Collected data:

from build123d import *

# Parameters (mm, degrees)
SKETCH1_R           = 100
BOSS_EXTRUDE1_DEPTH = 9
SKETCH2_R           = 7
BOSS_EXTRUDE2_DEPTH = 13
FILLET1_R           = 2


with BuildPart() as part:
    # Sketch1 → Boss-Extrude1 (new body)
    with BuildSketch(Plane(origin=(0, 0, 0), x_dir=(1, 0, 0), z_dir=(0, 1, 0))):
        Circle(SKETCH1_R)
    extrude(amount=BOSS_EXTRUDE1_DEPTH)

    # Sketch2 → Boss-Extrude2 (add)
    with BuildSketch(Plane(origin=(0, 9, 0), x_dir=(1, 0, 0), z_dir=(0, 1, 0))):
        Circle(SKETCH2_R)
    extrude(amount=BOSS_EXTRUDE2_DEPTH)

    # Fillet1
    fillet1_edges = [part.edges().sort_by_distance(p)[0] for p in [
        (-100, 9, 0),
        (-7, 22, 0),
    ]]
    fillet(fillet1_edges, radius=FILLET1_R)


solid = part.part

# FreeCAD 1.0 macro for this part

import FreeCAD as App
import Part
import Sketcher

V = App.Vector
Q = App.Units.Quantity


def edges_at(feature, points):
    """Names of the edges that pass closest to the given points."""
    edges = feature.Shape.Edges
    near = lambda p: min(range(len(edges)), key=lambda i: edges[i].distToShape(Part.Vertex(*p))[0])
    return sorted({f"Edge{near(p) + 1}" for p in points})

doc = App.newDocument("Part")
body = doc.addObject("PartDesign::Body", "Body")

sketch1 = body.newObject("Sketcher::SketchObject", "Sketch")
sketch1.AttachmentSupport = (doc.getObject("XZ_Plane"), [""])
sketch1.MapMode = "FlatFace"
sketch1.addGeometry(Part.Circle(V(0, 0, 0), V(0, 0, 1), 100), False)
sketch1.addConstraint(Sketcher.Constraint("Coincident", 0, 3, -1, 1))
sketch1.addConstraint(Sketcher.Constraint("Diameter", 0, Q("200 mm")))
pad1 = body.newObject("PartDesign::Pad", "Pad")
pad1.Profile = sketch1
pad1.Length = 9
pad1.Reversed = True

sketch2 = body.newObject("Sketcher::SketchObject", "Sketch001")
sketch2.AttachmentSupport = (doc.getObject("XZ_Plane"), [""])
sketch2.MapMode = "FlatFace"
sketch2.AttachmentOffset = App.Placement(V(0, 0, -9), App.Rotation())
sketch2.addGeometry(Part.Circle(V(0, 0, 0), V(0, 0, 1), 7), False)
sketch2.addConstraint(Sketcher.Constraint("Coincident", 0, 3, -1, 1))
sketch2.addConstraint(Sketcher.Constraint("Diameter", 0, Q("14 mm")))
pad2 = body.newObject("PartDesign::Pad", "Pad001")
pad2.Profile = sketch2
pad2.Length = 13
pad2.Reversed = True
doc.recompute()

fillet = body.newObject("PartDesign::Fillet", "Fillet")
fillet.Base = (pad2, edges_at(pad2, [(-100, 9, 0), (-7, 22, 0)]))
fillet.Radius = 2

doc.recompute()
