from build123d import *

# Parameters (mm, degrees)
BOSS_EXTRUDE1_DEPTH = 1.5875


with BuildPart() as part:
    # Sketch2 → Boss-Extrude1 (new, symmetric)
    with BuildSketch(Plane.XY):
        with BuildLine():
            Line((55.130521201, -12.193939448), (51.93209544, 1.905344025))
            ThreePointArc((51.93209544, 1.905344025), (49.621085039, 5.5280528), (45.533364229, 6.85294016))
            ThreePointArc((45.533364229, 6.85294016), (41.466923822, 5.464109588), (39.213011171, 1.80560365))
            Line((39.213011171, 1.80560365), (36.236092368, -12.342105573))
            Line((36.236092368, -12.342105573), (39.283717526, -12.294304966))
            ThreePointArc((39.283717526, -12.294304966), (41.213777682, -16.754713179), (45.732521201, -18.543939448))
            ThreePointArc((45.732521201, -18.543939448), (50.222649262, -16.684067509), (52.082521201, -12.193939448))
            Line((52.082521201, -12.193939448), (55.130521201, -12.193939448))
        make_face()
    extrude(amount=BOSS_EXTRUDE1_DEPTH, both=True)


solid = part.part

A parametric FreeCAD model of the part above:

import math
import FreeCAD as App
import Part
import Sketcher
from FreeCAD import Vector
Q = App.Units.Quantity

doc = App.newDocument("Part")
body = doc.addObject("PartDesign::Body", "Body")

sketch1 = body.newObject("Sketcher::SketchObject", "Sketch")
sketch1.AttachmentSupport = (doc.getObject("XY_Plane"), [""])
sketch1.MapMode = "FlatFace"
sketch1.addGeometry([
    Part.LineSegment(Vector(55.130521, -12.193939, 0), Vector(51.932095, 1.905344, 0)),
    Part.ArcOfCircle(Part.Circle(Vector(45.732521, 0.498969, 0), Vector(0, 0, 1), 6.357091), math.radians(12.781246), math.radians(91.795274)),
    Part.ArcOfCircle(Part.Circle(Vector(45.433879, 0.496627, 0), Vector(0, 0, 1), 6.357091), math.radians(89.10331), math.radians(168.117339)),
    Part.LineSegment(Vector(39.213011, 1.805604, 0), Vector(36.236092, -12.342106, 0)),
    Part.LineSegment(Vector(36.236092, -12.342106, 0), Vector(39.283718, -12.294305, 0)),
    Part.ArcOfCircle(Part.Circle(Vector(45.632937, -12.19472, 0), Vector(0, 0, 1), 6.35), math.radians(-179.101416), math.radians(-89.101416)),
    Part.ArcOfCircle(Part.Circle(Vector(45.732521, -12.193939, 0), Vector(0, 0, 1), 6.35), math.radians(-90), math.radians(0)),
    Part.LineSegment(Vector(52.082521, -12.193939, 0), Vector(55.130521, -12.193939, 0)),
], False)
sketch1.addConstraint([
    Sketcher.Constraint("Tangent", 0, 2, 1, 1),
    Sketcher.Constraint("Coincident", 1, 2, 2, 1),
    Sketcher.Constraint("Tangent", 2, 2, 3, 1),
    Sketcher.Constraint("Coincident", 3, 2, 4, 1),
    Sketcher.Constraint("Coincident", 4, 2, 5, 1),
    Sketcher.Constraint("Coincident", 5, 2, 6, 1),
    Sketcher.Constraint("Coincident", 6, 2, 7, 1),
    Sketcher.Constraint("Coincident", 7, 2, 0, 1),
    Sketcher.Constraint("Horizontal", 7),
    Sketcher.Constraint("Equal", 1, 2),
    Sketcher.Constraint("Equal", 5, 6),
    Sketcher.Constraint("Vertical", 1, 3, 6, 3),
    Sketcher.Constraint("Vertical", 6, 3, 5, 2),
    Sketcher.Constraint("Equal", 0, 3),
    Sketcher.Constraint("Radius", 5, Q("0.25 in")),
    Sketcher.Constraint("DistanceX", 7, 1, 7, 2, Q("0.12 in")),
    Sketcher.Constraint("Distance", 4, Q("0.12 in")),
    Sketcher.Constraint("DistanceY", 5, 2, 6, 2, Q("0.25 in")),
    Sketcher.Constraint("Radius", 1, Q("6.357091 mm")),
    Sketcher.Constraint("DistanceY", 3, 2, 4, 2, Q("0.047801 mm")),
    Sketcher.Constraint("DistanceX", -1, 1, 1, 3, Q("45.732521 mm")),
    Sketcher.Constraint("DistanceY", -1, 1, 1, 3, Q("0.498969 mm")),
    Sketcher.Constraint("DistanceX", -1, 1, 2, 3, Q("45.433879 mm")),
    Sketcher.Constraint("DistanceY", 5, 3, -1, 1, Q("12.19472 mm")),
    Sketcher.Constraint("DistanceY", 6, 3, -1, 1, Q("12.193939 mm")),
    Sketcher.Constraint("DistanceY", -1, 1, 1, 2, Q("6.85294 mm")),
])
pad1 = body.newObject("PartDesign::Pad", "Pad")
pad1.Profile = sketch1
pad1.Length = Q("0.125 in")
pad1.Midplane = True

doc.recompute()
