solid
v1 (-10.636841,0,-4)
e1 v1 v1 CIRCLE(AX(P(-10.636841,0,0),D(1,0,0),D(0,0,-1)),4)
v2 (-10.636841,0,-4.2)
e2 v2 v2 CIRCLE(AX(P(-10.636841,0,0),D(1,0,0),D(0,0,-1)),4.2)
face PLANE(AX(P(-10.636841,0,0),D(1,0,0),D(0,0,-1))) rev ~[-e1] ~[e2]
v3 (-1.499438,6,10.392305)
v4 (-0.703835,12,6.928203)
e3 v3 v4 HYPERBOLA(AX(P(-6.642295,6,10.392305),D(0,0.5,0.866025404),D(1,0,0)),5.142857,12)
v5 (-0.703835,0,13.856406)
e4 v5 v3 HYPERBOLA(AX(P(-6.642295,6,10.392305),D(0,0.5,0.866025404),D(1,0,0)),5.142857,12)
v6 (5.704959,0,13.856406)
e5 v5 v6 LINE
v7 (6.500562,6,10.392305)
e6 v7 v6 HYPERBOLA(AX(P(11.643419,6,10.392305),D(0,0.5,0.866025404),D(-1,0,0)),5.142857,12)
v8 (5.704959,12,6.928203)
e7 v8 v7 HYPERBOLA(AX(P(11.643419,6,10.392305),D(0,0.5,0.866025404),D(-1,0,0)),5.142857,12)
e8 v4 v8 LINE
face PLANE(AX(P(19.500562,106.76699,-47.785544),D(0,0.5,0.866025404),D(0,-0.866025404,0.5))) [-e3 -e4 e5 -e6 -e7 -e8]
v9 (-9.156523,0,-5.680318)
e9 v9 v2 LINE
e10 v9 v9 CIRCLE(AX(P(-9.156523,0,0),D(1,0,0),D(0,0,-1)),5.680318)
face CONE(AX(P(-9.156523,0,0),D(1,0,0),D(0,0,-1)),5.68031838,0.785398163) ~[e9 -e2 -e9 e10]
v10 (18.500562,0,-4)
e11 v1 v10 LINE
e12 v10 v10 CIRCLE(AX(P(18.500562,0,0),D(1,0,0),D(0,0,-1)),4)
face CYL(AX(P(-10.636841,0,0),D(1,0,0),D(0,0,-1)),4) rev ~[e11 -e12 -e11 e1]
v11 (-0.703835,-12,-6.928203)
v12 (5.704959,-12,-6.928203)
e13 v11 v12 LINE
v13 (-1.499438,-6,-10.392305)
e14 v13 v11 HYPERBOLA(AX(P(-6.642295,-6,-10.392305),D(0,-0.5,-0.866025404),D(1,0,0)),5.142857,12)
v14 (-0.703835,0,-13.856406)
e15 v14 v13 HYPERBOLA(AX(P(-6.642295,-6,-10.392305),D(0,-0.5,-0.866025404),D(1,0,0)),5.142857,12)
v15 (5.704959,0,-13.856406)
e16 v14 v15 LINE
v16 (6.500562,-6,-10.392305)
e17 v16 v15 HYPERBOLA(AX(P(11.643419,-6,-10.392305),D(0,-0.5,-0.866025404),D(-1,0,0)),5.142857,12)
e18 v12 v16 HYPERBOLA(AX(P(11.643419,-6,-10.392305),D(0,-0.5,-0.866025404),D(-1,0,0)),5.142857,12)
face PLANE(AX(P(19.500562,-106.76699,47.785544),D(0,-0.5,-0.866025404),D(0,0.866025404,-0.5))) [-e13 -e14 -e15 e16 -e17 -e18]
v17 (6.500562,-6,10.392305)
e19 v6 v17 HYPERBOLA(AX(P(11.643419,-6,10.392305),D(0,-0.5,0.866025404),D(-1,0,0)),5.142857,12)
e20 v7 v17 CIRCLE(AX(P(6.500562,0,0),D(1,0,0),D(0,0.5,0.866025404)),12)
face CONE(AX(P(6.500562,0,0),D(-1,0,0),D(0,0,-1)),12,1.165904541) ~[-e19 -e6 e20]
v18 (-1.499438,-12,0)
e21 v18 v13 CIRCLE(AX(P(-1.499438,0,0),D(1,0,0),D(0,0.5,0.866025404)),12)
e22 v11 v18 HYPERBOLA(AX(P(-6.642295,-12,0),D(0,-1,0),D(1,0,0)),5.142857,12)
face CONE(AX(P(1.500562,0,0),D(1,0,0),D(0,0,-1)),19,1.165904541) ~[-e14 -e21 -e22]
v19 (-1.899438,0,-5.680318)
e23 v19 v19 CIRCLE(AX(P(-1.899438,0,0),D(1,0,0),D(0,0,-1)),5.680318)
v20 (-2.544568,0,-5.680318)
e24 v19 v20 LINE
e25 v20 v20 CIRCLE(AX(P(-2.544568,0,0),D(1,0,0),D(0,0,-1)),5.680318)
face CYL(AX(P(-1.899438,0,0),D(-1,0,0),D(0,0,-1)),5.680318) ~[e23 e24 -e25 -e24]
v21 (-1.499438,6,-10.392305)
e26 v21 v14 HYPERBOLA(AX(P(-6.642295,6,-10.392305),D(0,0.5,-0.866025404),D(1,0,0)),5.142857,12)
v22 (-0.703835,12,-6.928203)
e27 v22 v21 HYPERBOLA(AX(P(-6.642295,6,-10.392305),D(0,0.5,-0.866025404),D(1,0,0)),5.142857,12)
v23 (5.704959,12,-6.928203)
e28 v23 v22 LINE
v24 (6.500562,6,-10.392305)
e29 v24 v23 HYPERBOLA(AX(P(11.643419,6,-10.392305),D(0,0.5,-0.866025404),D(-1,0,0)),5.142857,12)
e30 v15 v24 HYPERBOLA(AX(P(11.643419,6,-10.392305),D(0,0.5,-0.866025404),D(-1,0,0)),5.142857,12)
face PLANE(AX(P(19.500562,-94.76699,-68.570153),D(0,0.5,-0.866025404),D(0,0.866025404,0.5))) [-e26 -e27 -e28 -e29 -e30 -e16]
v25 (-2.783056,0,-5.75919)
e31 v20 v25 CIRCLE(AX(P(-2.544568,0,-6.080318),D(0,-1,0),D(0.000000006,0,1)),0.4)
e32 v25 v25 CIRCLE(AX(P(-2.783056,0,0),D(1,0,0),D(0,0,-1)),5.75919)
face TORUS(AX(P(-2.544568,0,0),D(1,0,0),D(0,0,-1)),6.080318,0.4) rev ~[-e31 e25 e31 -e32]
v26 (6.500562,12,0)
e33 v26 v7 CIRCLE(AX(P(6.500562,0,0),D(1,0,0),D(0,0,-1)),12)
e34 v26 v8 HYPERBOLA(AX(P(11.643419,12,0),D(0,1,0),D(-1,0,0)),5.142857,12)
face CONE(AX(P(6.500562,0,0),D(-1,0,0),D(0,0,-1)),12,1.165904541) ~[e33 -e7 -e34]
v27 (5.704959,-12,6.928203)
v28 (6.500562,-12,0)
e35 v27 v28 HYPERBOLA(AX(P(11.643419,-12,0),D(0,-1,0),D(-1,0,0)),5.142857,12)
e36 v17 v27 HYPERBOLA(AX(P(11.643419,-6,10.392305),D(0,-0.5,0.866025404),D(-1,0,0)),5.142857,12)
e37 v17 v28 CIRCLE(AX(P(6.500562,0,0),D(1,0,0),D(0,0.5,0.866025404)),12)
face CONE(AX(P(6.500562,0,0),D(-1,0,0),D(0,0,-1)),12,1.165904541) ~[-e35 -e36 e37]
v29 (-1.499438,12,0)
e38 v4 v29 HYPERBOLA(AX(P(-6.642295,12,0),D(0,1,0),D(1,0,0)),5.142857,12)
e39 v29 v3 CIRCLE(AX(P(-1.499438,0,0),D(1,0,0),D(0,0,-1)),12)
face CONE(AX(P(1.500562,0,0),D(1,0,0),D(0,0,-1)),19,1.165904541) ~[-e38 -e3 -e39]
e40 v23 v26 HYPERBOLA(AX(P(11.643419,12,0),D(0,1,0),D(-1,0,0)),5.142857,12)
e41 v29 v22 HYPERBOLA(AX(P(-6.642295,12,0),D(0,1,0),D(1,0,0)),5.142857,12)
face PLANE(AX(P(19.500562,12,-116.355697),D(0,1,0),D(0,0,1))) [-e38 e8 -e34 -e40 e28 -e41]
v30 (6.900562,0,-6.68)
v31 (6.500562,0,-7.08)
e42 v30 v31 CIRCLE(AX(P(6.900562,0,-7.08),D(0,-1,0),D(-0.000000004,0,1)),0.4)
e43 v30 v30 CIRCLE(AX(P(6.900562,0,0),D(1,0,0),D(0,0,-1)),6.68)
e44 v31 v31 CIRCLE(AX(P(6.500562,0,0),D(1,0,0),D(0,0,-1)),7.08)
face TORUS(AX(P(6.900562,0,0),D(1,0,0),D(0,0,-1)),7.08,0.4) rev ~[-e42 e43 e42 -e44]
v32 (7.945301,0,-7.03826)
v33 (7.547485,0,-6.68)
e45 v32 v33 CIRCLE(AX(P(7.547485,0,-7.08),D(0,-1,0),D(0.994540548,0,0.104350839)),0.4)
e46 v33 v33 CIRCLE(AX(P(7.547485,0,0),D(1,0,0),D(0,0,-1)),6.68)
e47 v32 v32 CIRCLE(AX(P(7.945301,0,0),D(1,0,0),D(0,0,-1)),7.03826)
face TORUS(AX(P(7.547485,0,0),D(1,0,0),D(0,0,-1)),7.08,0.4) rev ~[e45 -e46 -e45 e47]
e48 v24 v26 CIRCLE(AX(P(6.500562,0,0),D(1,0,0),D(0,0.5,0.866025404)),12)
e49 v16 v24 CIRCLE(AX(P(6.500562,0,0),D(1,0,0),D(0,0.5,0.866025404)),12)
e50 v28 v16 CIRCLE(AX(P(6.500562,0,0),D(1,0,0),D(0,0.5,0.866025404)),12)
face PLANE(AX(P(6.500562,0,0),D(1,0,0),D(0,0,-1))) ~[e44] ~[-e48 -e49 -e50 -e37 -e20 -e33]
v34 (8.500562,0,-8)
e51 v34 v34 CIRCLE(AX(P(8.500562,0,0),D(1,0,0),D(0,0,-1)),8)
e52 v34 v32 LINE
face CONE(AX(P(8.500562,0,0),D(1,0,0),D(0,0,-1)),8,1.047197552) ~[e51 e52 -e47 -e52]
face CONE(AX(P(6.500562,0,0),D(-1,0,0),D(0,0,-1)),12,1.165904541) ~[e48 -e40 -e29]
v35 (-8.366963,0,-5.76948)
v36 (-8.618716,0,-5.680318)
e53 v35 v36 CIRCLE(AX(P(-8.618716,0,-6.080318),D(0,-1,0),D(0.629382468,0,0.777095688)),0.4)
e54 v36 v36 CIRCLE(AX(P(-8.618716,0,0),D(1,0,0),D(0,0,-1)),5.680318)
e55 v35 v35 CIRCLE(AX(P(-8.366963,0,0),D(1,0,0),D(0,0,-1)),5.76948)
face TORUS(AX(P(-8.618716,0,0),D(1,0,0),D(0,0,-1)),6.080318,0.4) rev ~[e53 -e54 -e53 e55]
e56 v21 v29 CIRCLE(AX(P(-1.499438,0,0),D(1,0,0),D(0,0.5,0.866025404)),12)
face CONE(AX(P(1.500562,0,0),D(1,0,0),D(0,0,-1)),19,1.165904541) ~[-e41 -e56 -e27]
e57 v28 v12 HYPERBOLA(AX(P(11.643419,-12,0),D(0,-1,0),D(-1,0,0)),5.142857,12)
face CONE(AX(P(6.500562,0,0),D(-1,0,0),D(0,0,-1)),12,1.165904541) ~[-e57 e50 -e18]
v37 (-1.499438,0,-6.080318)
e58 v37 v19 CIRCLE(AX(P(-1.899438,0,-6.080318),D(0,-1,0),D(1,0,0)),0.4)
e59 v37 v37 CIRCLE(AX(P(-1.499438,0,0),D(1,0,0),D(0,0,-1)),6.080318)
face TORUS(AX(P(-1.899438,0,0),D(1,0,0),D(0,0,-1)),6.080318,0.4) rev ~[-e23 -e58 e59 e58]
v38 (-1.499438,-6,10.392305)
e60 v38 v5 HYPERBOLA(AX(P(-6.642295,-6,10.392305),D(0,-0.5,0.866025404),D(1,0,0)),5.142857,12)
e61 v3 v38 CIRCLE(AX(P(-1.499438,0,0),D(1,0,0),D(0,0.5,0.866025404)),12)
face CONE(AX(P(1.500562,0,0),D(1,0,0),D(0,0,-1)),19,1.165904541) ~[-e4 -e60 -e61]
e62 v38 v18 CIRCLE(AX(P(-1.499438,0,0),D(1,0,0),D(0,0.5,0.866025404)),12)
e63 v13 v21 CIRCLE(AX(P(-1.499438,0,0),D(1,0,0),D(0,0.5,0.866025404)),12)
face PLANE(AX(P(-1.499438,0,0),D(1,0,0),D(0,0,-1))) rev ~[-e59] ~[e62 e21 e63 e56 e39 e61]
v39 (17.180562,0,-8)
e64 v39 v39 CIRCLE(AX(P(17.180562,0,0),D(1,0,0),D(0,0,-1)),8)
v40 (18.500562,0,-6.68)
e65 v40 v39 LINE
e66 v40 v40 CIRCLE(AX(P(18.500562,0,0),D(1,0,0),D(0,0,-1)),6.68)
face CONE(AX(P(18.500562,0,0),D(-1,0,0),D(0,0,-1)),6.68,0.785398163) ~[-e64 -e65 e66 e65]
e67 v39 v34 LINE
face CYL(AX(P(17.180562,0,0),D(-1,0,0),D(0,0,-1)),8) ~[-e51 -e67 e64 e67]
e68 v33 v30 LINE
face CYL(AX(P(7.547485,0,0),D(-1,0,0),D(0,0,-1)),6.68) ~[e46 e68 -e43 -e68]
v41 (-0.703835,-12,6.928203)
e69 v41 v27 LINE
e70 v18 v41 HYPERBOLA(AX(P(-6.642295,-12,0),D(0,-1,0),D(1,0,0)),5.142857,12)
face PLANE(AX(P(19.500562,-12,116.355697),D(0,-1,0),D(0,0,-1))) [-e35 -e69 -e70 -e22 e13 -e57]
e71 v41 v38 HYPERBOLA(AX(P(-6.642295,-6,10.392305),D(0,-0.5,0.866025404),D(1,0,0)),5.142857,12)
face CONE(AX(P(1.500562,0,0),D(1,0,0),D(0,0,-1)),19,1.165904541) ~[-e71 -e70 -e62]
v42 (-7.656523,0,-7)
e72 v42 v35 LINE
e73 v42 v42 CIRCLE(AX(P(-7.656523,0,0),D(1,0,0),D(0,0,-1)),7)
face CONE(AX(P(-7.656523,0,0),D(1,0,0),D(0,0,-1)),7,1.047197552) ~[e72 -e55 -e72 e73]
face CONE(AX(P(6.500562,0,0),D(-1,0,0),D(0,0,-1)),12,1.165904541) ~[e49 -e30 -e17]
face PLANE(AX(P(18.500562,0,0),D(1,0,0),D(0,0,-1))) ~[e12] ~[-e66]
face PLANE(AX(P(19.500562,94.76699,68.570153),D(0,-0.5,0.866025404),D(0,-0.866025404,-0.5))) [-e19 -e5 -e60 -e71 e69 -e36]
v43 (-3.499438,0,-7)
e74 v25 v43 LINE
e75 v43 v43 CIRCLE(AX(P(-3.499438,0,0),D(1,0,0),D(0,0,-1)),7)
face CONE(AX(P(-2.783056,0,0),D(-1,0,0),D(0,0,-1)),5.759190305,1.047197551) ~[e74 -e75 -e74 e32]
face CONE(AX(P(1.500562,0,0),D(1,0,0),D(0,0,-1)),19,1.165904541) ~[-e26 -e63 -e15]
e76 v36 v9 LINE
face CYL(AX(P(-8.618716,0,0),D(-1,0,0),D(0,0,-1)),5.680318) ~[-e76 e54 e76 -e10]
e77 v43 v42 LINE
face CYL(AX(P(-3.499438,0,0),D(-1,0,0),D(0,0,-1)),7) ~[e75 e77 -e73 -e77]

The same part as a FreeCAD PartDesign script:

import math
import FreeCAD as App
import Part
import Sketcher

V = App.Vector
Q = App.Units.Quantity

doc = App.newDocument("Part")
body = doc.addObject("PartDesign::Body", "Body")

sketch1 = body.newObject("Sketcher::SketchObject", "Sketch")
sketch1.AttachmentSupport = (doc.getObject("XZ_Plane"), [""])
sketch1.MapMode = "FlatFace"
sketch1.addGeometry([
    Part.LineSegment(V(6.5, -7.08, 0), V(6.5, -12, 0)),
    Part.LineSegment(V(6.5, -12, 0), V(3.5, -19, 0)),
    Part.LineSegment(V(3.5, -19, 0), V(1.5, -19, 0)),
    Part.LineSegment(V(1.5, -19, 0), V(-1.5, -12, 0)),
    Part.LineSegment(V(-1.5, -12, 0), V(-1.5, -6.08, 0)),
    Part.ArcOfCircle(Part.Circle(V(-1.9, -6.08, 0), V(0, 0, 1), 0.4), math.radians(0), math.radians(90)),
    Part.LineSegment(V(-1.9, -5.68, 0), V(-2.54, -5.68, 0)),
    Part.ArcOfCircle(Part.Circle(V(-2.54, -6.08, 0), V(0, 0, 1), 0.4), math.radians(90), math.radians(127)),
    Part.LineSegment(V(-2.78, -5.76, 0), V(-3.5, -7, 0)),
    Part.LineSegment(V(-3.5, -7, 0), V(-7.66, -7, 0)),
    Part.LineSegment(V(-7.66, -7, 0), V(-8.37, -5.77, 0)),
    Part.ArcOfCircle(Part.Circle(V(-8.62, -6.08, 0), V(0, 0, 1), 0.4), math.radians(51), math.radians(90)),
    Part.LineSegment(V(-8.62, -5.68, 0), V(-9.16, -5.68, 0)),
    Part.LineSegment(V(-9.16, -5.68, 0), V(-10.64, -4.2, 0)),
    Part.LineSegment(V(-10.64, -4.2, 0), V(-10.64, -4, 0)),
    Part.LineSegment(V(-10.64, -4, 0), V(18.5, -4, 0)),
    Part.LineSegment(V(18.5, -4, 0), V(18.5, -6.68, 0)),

INSTRUCTIONS FOR THE TASK -> The lines above, from the first through the one containing "# FreeCAD 1.0 macro for this part", must be restated word for word, with nothing added.

COMPLETED EXERCISE ->
from build123d import *

# Parameters (mm, degrees)
SKETCH1_R           = 100
BOSS_EXTRUDE1_DEPTH = 9
SKETCH2_R           = 7
BOSS_EXTRUDE2_DEPTH = 13
FILLET1_R           = 2


with BuildPart() as part:
    # Sketch1 → Boss-Extrude1 (new body)
    with BuildSketch(Plane(origin=(0, 0, 0), x_dir=(1, 0, 0), z_dir=(0, 1, 0))):
        Circle(SKETCH1_R)
    extrude(amount=BOSS_EXTRUDE1_DEPTH)

    # Sketch2 → Boss-Extrude2 (add)
    with BuildSketch(Plane(origin=(0, 9, 0), x_dir=(1, 0, 0), z_dir=(0, 1, 0))):
        Circle(SKETCH2_R)
    extrude(amount=BOSS_EXTRUDE2_DEPTH)

    # Fillet1
    fillet1_edges = [part.edges().sort_by_distance(p)[0] for p in [
        (-100, 9, 0),
        (-7, 22, 0),
    ]]
    fillet(fillet1_edges, radius=FILLET1_R)


solid = part.part

# FreeCAD 1.0 macro for this part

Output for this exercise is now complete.